Breeze, Beth, Jollymore, Gloria (2017) Understanding Solicitation: beyond the binary variable of being asked or not being asked. International Journal of Nonprofit and Voluntary Sector Marketing, 22 (4). ISSN 1465-4520. E-ISSN 1479-103X. (doi:10.1002/nvsm.1607) (KAR id:64303)


The identity, motivation and experiences of philanthropists have become increasingly popular topics of study in a wide range of disciplines, yet no equivalent attention has been paid to the ‘askers’, despite research showing that almost all donations are solicited in some way (Bryant et al 2003; Bekkers 2005, Gunstone and Ellison, 2017, p 4). The propensity to be asked for contributions has been found to be positively related to the propensity to give (Bekkers and Wiepking 2007:24) but despite the usefulness of this finding, it reinforces the suggestion that solicitation is a binary variable, such that people are either asked or they are not asked. This paper, drawing on data from in-depth interviews with 73 successful fundraisers in the UK and Canada, highlights the importance of the quality, as opposed to simply the quantity, of solicitation.

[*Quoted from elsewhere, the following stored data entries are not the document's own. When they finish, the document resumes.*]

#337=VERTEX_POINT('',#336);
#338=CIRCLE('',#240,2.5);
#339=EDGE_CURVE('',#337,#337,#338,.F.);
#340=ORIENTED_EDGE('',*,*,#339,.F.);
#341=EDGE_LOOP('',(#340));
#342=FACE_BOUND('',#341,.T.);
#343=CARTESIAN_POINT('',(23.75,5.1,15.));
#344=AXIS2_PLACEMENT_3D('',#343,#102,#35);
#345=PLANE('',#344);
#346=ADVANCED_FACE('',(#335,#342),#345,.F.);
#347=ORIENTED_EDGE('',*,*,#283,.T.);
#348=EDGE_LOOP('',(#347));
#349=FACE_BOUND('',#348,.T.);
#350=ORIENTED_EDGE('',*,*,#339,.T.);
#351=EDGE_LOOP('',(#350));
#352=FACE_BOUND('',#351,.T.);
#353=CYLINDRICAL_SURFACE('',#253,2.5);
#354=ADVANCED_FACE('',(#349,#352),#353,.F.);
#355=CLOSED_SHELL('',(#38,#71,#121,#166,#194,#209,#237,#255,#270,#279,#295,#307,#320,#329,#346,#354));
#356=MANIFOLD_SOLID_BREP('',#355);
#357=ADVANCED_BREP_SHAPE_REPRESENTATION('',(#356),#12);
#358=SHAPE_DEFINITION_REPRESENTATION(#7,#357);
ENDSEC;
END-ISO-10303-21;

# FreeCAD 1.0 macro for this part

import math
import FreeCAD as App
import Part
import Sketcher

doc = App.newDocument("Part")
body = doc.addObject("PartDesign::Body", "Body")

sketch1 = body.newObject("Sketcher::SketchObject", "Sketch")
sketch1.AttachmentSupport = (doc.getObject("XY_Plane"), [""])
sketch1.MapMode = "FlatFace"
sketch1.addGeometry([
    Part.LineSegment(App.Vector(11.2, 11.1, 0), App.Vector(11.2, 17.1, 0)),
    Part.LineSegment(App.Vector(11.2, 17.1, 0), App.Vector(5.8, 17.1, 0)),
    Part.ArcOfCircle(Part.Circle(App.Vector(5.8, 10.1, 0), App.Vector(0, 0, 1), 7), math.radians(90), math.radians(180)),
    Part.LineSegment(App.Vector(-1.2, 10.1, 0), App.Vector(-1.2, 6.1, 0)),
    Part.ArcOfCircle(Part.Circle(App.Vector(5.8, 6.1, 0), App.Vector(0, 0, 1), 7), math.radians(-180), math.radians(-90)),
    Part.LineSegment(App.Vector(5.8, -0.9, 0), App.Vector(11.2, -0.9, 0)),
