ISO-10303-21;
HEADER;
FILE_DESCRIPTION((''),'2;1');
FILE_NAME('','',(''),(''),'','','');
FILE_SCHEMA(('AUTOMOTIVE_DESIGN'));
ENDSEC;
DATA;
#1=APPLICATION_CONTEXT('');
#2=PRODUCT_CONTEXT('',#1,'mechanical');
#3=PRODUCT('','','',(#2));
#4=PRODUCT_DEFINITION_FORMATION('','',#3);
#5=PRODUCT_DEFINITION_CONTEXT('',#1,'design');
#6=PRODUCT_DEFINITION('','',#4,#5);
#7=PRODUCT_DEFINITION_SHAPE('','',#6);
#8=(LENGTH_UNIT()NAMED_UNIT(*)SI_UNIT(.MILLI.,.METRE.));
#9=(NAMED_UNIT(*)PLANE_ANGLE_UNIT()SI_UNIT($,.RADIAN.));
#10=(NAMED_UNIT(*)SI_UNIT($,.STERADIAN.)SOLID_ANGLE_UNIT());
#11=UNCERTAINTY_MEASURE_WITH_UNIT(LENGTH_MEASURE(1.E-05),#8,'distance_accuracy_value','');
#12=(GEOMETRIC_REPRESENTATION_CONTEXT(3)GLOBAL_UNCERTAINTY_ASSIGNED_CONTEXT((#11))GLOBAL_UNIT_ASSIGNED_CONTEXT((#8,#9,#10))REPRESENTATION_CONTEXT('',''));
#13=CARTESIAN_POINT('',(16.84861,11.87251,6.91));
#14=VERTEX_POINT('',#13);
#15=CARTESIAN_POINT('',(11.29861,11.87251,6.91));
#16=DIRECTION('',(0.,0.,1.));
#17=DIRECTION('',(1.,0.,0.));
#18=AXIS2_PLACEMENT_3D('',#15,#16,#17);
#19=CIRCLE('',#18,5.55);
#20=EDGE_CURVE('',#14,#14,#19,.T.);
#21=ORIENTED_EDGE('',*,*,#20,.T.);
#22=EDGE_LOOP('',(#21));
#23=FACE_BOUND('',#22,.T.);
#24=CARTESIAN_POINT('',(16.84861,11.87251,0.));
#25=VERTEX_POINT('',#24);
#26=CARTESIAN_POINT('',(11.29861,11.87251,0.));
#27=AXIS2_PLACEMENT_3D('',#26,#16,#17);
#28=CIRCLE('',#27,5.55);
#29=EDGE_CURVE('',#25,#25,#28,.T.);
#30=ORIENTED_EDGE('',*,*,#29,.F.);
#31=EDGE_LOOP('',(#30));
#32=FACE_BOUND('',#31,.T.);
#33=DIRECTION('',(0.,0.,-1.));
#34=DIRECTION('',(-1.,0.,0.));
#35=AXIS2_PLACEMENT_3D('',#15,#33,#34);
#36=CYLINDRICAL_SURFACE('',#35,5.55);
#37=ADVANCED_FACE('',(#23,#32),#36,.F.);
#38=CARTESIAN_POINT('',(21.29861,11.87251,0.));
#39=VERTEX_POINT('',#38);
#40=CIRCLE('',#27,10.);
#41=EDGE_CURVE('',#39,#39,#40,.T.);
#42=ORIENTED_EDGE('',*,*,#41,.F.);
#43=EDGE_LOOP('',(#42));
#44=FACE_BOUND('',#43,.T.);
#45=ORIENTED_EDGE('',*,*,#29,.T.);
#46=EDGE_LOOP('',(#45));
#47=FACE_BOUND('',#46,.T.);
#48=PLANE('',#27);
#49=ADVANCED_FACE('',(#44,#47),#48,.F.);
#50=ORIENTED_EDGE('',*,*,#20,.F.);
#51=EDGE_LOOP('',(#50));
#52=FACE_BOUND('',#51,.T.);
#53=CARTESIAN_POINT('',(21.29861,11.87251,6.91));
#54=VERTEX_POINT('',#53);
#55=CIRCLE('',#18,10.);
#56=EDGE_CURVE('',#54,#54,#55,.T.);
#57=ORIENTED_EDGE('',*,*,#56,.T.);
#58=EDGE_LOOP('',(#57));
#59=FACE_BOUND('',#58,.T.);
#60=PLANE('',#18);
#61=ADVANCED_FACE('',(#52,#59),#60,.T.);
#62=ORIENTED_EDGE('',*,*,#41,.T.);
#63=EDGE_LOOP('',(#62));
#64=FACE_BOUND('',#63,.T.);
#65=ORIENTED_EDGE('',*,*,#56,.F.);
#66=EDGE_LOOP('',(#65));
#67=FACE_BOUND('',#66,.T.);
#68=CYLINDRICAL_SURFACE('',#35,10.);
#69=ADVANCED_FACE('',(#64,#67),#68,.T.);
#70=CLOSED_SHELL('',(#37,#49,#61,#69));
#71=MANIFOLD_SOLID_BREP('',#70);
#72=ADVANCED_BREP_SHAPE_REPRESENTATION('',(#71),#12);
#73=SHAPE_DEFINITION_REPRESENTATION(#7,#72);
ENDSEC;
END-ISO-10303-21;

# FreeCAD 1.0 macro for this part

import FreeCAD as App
import Part
import Sketcher
Q = App.Units.Quantity

doc = App.newDocument("Part")
body = doc.addObject("PartDesign::Body", "Body")

sketch1 = body.newObject("Sketcher::SketchObject", "Sketch")
sketch1.AttachmentSupport = (doc.getObject("XY_Plane"), [""])
sketch1.MapMode = "FlatFace"
sketch1.addGeometry(Part.Circle(App.Vector(11.29861, 11.87251, 0), App.Vector(0, 0, 1), 10), False)
sketch1.addGeometry(Part.Circle(App.Vector(11.29861, 11.87251, 0), App.Vector(0, 0, 1), 5.55), False)
sketch1.addConstraint(Sketcher.Constraint("Coincident", 1, 3, 0, 3))
sketch1.addConstraint(Sketcher.Constraint("Diameter", 0, Q("20 mm")))
sketch1.addConstraint(Sketcher.Constraint("Diameter", 1, Q("11.1 mm")))
sketch1.addConstraint(Sketcher.Constraint("DistanceX", -1, 1, 0, 3, Q("11.29861 mm")))
sketch1.addConstraint(Sketcher.Constraint("DistanceY", -1, 1, 0, 3, Q("11.87251 mm")))
pad1 = body.newObject("PartDesign::Pad", "Pad")
pad1.Profile = sketch1
pad1.Length = 6.91

doc.recompute()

Three important factors that lie behind successful ‘asks’ are identified and discussed: Firstly, they are made within relationships of trust rather than as a result of a transactional approach. Secondly, they occur as a result of fundraisers’ ability to be an ‘honest broker’ between donors and the organisations they might support. And thirdly, they rely on the fundraisers’ skills in reframing complex issues and finding alignment between the recipient organisation’s needs and the philanthropic aspirations of the donor. The paper concludes with implications for practice.

Item Type: Article
DOI/Identification number: 10.1002/nvsm.1607
Uncontrolled keywords: Fundraising; solicitation; charitable giving; philanthropy; donor relations
Subjects: H Social Sciences > HN Social history and conditions. Social problems. Social reform
H Social Sciences > HV Social pathology. Social and public welfare > HV27 Philanthropists
Divisions: Divisions > Division for the Study of Law, Society and Social Justice > School of Social Policy, Sociology and Social Research
Funders: Leverhulme Trust (
Depositing User: Beth Breeze
Date Deposited: 07 Nov 2017 22:00 UTC
Last Modified: 04 Mar 2024 15:24 UTC
Resource URI: (The current URI for this page, for reference purposes)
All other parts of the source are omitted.